Untuk itulah, setiap program pelatihan yang dipilih harus memenuhi kebutuhan-kebutuhan perpustakaan, pekerjaan atau pribadi. Program tersebut haruslah memudahkan proses belajar partisipan (pustakawan) dan mensosialisasikan perilaku-perilaku tertentu yang cocok dengan peningkatan kinerja misalnya, pelatihan yang dilakukan melalui on the job training atau off the job training dan evaluasi pelatihan.

Informasi dari evaluasi pelatihan dapat digunakan dalam mengambil keputusan-keputusan untuk meneruskan program pelatihan atau pembenahan. Jika perilaku dalam pekerjaan tidak menunjukkan perbaikan, kesalahan mungkin terletak pada penilaian kebutuhan-kebutuhan pelatihan. Pada saat perilaku berubah tetapi hasilnya tidak memadai, ketetapan pelatihan atau validitas ukuran-ukuran hasil hendaknya diteliti ulang.

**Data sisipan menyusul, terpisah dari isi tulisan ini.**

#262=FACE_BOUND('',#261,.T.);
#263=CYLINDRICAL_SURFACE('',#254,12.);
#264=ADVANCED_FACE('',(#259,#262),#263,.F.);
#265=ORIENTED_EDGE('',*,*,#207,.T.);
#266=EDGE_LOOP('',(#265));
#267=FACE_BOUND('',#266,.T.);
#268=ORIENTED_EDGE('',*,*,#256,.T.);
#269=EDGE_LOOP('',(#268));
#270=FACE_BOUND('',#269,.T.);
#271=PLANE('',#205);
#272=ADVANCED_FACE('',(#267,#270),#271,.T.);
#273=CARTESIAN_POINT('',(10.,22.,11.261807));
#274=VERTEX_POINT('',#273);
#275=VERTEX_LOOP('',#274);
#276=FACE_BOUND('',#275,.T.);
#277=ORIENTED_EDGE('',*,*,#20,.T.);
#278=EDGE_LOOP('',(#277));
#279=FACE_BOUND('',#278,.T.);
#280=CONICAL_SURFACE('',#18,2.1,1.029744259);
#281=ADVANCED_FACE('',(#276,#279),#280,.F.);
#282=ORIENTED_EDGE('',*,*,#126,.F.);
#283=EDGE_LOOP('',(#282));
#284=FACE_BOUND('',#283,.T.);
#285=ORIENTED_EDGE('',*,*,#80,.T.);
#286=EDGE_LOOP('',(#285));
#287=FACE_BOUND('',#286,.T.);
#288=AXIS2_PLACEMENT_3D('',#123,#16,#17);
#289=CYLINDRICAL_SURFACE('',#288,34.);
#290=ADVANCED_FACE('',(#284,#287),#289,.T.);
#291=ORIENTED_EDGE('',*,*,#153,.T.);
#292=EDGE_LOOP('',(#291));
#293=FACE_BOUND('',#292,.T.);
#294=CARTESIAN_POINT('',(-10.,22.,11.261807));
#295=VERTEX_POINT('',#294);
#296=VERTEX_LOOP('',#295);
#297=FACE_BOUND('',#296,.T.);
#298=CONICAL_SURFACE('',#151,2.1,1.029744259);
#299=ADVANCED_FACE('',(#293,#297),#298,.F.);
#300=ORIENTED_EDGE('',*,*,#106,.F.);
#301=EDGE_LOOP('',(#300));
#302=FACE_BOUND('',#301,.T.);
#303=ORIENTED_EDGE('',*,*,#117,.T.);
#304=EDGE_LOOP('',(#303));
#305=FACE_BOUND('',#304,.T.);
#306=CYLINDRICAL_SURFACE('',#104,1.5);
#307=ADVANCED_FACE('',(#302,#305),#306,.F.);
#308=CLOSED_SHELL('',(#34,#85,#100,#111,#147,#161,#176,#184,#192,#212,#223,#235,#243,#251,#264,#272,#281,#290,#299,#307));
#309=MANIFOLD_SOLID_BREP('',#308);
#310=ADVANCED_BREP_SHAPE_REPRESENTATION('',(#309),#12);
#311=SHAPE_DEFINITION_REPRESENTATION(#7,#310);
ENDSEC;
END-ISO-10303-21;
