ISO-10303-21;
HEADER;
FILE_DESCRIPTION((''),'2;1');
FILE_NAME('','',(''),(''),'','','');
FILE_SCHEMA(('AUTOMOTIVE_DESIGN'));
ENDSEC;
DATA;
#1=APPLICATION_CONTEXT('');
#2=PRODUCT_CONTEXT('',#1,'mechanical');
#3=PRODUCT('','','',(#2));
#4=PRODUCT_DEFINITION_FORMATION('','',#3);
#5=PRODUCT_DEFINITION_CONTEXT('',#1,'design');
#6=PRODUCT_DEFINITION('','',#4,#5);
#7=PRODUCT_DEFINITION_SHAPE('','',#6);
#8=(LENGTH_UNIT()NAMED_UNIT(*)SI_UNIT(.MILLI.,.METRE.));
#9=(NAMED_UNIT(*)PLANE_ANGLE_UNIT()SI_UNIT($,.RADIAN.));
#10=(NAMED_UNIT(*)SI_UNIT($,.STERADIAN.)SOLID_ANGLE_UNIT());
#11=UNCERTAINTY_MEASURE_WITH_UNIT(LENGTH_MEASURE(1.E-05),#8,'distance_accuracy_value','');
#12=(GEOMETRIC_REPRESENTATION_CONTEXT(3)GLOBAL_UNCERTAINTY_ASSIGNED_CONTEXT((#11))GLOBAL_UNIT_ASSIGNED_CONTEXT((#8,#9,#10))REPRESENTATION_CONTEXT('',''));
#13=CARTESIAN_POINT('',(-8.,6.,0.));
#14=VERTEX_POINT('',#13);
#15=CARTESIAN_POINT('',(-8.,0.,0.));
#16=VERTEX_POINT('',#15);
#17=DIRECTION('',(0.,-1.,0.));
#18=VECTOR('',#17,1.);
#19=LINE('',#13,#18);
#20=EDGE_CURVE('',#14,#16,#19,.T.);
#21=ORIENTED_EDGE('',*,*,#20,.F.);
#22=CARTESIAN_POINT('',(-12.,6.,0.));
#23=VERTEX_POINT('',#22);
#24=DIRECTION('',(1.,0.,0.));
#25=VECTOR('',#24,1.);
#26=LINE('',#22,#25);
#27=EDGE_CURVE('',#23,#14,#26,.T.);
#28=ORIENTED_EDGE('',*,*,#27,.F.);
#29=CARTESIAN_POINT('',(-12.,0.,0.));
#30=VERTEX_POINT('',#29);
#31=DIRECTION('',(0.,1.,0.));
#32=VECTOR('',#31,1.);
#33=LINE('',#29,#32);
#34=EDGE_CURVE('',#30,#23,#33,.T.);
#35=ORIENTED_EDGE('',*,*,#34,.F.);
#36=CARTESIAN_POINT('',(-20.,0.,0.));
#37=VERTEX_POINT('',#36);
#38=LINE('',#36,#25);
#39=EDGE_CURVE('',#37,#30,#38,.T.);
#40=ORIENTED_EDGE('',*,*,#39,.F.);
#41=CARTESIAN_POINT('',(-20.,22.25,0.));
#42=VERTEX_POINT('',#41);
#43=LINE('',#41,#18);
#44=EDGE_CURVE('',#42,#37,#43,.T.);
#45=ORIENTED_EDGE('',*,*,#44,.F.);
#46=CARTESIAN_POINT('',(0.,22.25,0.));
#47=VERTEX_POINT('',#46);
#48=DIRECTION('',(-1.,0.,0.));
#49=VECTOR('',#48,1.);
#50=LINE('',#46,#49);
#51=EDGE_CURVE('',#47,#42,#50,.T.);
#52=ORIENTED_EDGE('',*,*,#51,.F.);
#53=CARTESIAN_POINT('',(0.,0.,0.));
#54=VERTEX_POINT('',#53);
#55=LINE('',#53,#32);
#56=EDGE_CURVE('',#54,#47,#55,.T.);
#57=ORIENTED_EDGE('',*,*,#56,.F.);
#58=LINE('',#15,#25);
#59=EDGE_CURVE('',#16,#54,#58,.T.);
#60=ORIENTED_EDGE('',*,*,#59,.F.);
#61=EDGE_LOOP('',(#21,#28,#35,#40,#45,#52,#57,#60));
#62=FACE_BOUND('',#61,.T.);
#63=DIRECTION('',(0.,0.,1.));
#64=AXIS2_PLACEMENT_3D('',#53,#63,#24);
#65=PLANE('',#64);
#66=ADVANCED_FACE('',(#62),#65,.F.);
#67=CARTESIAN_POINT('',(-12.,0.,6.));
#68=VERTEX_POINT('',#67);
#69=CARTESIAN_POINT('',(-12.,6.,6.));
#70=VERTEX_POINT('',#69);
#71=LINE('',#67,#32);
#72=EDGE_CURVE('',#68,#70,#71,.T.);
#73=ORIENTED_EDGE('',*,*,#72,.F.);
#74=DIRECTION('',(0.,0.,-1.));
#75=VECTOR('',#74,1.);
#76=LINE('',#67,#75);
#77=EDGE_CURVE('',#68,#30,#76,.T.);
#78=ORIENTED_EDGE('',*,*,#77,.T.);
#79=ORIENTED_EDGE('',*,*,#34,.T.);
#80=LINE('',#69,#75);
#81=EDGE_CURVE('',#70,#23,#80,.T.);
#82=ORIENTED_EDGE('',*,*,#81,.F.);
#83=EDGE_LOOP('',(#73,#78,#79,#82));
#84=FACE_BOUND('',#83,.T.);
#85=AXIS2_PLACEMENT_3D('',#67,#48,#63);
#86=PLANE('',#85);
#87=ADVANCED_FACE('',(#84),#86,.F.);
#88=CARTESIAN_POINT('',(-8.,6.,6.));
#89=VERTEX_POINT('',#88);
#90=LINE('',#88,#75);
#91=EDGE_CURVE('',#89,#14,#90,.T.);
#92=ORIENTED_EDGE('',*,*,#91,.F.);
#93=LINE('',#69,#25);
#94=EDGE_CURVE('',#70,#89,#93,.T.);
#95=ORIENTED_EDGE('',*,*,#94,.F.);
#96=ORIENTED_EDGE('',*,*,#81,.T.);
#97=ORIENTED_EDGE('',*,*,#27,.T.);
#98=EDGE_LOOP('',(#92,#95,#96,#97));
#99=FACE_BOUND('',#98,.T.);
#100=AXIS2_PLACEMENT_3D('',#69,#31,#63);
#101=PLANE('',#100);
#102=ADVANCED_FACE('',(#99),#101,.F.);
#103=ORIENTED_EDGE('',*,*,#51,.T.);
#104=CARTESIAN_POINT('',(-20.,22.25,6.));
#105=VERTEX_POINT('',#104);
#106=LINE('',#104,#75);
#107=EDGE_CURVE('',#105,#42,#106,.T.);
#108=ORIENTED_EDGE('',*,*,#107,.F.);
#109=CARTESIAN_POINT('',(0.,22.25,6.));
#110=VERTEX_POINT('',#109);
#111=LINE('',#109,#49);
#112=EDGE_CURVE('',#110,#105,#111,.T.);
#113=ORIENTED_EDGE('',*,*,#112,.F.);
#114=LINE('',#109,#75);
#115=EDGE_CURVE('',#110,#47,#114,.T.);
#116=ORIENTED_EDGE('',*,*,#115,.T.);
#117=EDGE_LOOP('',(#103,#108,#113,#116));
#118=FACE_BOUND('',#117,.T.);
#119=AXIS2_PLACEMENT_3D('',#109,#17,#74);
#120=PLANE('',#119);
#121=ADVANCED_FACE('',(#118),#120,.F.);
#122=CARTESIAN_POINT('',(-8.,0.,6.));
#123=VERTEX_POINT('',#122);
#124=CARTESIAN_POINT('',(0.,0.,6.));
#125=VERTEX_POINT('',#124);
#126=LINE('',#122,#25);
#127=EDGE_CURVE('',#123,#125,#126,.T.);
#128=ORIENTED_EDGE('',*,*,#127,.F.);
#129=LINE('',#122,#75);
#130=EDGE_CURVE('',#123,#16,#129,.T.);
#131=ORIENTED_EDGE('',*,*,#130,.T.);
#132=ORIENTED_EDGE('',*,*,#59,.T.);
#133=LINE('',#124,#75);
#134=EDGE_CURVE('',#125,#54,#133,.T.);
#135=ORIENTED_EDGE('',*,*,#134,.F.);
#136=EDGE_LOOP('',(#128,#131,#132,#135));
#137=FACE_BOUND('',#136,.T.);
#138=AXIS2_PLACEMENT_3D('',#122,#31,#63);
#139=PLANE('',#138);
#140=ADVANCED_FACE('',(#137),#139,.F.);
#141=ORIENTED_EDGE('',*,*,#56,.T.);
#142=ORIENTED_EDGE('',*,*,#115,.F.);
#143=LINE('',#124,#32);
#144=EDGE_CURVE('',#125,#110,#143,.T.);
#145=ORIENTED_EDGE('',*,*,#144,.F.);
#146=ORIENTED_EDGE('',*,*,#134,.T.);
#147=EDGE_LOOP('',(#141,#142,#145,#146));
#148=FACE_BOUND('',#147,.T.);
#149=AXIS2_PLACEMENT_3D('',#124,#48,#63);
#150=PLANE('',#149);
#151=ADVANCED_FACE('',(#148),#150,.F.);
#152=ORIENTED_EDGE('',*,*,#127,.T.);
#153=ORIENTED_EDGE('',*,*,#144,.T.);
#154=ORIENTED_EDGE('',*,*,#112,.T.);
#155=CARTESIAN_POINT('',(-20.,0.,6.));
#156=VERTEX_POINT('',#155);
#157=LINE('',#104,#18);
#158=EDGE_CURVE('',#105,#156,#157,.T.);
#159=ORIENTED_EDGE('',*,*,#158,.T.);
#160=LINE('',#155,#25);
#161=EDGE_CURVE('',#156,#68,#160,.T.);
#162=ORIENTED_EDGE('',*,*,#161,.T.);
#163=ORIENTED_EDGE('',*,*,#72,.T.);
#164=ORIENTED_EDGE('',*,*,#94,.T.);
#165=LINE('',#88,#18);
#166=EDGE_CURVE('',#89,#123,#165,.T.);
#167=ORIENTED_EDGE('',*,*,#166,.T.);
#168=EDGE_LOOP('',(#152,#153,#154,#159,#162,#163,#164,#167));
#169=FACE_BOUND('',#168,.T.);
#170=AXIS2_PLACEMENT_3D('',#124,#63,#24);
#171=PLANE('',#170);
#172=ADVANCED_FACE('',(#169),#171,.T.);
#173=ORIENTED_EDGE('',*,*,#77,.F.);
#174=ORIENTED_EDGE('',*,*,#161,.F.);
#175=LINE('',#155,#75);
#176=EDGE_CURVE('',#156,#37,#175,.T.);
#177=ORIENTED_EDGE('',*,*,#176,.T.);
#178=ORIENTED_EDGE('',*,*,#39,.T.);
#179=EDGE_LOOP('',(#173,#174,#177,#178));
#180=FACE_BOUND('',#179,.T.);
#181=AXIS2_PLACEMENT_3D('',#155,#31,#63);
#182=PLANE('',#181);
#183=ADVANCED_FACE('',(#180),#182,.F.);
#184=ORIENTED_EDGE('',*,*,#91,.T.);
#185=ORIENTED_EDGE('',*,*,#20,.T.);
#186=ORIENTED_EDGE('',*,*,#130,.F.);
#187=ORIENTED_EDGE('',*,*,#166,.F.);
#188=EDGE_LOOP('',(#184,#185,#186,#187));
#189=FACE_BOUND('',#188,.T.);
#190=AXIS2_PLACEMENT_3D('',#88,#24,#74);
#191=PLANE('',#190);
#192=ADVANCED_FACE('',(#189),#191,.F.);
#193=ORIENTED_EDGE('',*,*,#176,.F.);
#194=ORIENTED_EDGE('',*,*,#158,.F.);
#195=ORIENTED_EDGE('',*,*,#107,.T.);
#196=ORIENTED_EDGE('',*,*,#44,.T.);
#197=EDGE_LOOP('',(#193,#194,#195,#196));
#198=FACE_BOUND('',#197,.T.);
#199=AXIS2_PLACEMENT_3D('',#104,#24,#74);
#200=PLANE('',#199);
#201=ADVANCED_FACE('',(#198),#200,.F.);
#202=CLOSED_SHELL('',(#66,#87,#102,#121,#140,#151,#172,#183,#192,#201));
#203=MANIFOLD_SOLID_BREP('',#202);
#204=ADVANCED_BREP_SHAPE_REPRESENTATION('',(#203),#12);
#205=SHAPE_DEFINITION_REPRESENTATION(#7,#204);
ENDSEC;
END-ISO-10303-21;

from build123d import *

# Parameters (mm, degrees)
BOSS_EXTRU_1_DEPTH = 6


with BuildPart() as part:
    # Esquisse1 → Boss.-Extru.1 (new body)
    with BuildSketch(Plane.XY):
        Polygon((0, 0), (0, 22.25), (-20, 22.25), (-20, 0), (-12, 0), (-12, 6), (-8, 6), (-8, 0), align=None)
    extrude(amount=BOSS_EXTRU_1_DEPTH)


solid = part.part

Pengukuran atas efisiensi pelatihan hingga kini masih dipandang rumit. Masalahnya adalah faktor efisiensi pelatihan seringkali diinterpretasikan secara abstrak. Studi mengenai efisiensi pendidikan dan pelatihan berkaitan dengan penggunaan dua model analisis, yakni model dasar dan model kualitas pendidikan serta pelatihan. Model dasar mengungkapkan bahwa kualitas lembaga pelatihan dipengaruhi oleh dua faktor yang berlainan, yaitu faktor konteks pendidikan, pelatihan, dan faktor kebijakan pendidikan itu sendiri. Efisiensi lembaga pendidikan merupakan sebab dan rangkaian akibat yang selama ini dikenal dengan output. Output pendidikan dan pelatihan dalam mode ini adalah partisipasi lembaga, efisiensi internal dan tingkat belajar.

Efisiensi pelatihan memiliki kaitan langsung dengan pendayagunaan sumber-sumber pelatihan yang terbatas secara optimal sehingga memberikan dampak yang optimal pula. Suatu program pelatihan yang efisien, cenderung ditandai dengan pola penyebaran dan pendayagunaan sumber-sumber pelatihan yang sudah ditata secara efisien. Program pelatihan yang efisien adalah yang mampu menciptakan keseimbangan antara penyedia dan kebutuhan akan sumber-sumber pelatih sehingga upaya pencapaian tujuan tidak mengalami hambatan. Sistem atau program pelatihan yang efisien adalah mampu mendistribusikan sumber-sumber pelatihan secara adil dan merata agar setiap staf/pustakawan memperoleh kesempatan yang sama untuk mendayagunakan sumber-sumber pelatihan tersebut untuk mencapai hasil maksimal.